Custom (re)ranking functions. This is a more advanced technique than the previous two, but if applied well, it can significantly improve performance of a RAG application.
By default, most vector databases return relevant results by taking the dot product or cosine similarity of the query vector and the database entry; the larger the vector similarity, the more similar the query and the document are considered. Results are ranked by the magnitude of the similarity, a cutoff is applied (e.g., 0.75), and the prompt is generated as described above. However, the embedded vector might not tell the whole story, and the ranking function can be augmented with supplementary metadata that can improve its quality.
For example, consider a RAG application that is answering questions about a company’s internal wiki. A custom ranking function might take the top documents returned from the vector DB and look at a recent activity log to check whether the user has accessed any of these documents recently. If they have, those documents might be more relevant to their question, so we increase their relevance. If the user has asked a similar question recently, we might look at what documents were used to answer those questions and reduce their relevance since the user probably didn’t get the answer they were looking for.

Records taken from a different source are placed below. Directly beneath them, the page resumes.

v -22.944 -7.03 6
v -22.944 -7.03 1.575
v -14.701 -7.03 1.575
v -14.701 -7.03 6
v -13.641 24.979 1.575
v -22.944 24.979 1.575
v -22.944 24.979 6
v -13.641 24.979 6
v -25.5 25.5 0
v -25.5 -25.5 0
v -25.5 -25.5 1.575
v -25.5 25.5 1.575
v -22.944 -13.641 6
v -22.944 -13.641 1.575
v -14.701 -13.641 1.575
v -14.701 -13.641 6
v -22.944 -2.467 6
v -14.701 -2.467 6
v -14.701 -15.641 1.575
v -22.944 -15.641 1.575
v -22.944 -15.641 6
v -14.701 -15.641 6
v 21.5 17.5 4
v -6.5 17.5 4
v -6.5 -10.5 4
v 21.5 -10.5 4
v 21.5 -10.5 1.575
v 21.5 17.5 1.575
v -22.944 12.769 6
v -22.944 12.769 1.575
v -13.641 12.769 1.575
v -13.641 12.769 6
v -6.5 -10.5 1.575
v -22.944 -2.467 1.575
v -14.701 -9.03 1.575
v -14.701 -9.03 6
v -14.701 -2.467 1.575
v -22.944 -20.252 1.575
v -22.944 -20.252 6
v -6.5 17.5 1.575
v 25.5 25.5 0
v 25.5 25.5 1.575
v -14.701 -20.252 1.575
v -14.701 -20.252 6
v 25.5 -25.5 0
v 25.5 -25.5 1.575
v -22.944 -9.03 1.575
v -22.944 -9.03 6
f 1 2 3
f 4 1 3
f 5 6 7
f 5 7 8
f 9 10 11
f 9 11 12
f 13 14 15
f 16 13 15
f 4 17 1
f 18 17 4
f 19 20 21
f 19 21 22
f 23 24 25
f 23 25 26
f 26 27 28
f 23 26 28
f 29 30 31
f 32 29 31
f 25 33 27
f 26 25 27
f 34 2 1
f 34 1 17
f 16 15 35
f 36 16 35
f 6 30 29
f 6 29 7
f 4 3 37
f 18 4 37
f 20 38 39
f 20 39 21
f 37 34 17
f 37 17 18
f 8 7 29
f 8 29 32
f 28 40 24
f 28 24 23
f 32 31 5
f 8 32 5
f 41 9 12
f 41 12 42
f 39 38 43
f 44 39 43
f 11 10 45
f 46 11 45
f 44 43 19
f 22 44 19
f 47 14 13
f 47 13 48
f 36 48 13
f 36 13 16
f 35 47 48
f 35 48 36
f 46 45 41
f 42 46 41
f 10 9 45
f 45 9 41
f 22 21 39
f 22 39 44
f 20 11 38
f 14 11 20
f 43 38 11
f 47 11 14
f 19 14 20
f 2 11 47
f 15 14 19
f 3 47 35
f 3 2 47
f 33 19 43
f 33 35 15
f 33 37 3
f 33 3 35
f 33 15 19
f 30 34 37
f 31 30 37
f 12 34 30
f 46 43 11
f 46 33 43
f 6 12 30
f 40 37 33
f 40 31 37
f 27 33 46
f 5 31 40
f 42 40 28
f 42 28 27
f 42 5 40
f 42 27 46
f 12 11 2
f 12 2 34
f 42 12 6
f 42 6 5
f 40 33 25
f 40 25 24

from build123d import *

# Parameters (mm, degrees)
SKETCH1_W           = 51
SKETCH1_H           = 51
SKETCH1_W_2         = 28
SKETCH1_H_2         = 28
SKETCH1_W_3         = 9.30278776
SKETCH1_H_3         = 12.209946987
SKETCH1_W_4         = 8.24332
SKETCH1_H_4         = 4.56356538
SKETCH1_H_5         = 4.61067604
BOSS_EXTRUDE1_DEPTH = 1.5748
SKETCH1_2_W         = 28
SKETCH1_2_H         = 28
BOSS_EXTRUDE2_DEPTH = 4
SKETCH1_3_W         = 9.30278776
SKETCH1_3_H         = 12.209946987
SKETCH1_3_W_2       = 8.24332
SKETCH1_3_H_2       = 4.56356538
SKETCH1_3_H_3       = 4.61067604
BOSS_EXTRUDE3_DEPTH = 6


with BuildPart() as part:
    # Sketch1 → Boss-Extrude1 (new body)
    with BuildSketch(Plane.XY):
        Rectangle(SKETCH1_W, SKETCH1_H)
        with Locations((7.5, 3.5)):
            Rectangle(SKETCH1_W_2, SKETCH1_H_2, mode=Mode.SUBTRACT)
        with Locations((-18.29281594, 18.874000471)):
            Rectangle(SKETCH1_W_3, SKETCH1_H_3, mode=Mode.SUBTRACT)
        with Locations((-18.82254982, -4.74850311)):
            Rectangle(SKETCH1_W_4, SKETCH1_H_4, mode=Mode.SUBTRACT)
        with Locations((-18.82254982, -11.33562382)):
            Rectangle(SKETCH1_W_4, SKETCH1_H_5, mode=Mode.SUBTRACT)
        with Locations((-18.82254982, -17.94629986)):
            Rectangle(SKETCH1_W_4, SKETCH1_H_5, mode=Mode.SUBTRACT)
    extrude(amount=BOSS_EXTRUDE1_DEPTH)

    # Sketch1<2> → Boss-Extrude2 (add)
    with BuildSketch(Plane.XY):
        with Locations((7.5, 3.5)):
            Rectangle(SKETCH1_2_W, SKETCH1_2_H)
    extrude(amount=BOSS_EXTRUDE2_DEPTH)

    # Sketch1<3> → Boss-Extrude3 (add)
    with BuildSketch(Plane.XY):
        with Locations((-18.29281594, 18.874000471)):
            Rectangle(SKETCH1_3_W, SKETCH1_3_H)
        with Locations((-18.82254982, -4.74850311)):
            Rectangle(SKETCH1_3_W_2, SKETCH1_3_H_2)
        with Locations((-18.82254982, -11.33562382)):
            Rectangle(SKETCH1_3_W_2, SKETCH1_3_H_3)
        with Locations((-18.82254982, -17.94629986)):
            Rectangle(SKETCH1_3_W_2, SKETCH1_3_H_3)
    extrude(amount=BOSS_EXTRUDE3_DEPTH)


solid = part.part
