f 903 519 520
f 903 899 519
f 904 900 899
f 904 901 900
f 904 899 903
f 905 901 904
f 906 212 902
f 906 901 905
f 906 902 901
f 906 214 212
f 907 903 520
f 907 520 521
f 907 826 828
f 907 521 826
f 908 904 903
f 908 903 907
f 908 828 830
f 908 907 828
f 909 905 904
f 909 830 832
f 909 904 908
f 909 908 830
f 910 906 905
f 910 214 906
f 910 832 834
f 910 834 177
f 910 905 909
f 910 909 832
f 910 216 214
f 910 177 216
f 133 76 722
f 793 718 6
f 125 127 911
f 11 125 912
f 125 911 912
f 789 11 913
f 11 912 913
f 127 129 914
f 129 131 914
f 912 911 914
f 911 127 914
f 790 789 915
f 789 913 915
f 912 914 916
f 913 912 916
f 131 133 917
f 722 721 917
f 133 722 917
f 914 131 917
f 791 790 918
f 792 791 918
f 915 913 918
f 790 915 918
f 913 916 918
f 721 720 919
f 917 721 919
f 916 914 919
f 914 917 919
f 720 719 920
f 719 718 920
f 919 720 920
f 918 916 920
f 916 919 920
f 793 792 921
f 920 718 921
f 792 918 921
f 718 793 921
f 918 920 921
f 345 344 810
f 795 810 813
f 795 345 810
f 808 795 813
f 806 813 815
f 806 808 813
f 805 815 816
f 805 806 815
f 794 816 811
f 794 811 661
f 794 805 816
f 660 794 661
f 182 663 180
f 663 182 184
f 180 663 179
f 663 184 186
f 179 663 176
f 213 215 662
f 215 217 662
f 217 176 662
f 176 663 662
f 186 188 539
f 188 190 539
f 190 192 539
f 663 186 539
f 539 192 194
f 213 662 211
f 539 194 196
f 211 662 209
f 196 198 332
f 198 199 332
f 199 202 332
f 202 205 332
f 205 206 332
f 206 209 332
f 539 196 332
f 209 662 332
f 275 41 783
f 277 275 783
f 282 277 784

Writing custom ranking functions should be done with care and requires a deeper understanding of the dynamics of a particular application. If done well, it can significantly improve application performance.
RAG (as opposed to fine-tuning) is a great place to start with building LLM applications. While naive RAG will suffice for a proof of concept, you’ll quickly need to optimize your application to make it production-ready. We’ve discussed a few common ideas here, but there’s many other possible optimizations depending on what you’re building. Share your favorite ideas below!
It’s also worth noting that HyDE is an example of a broader technique to rewrite or expand queries in order to include more relevant keywords.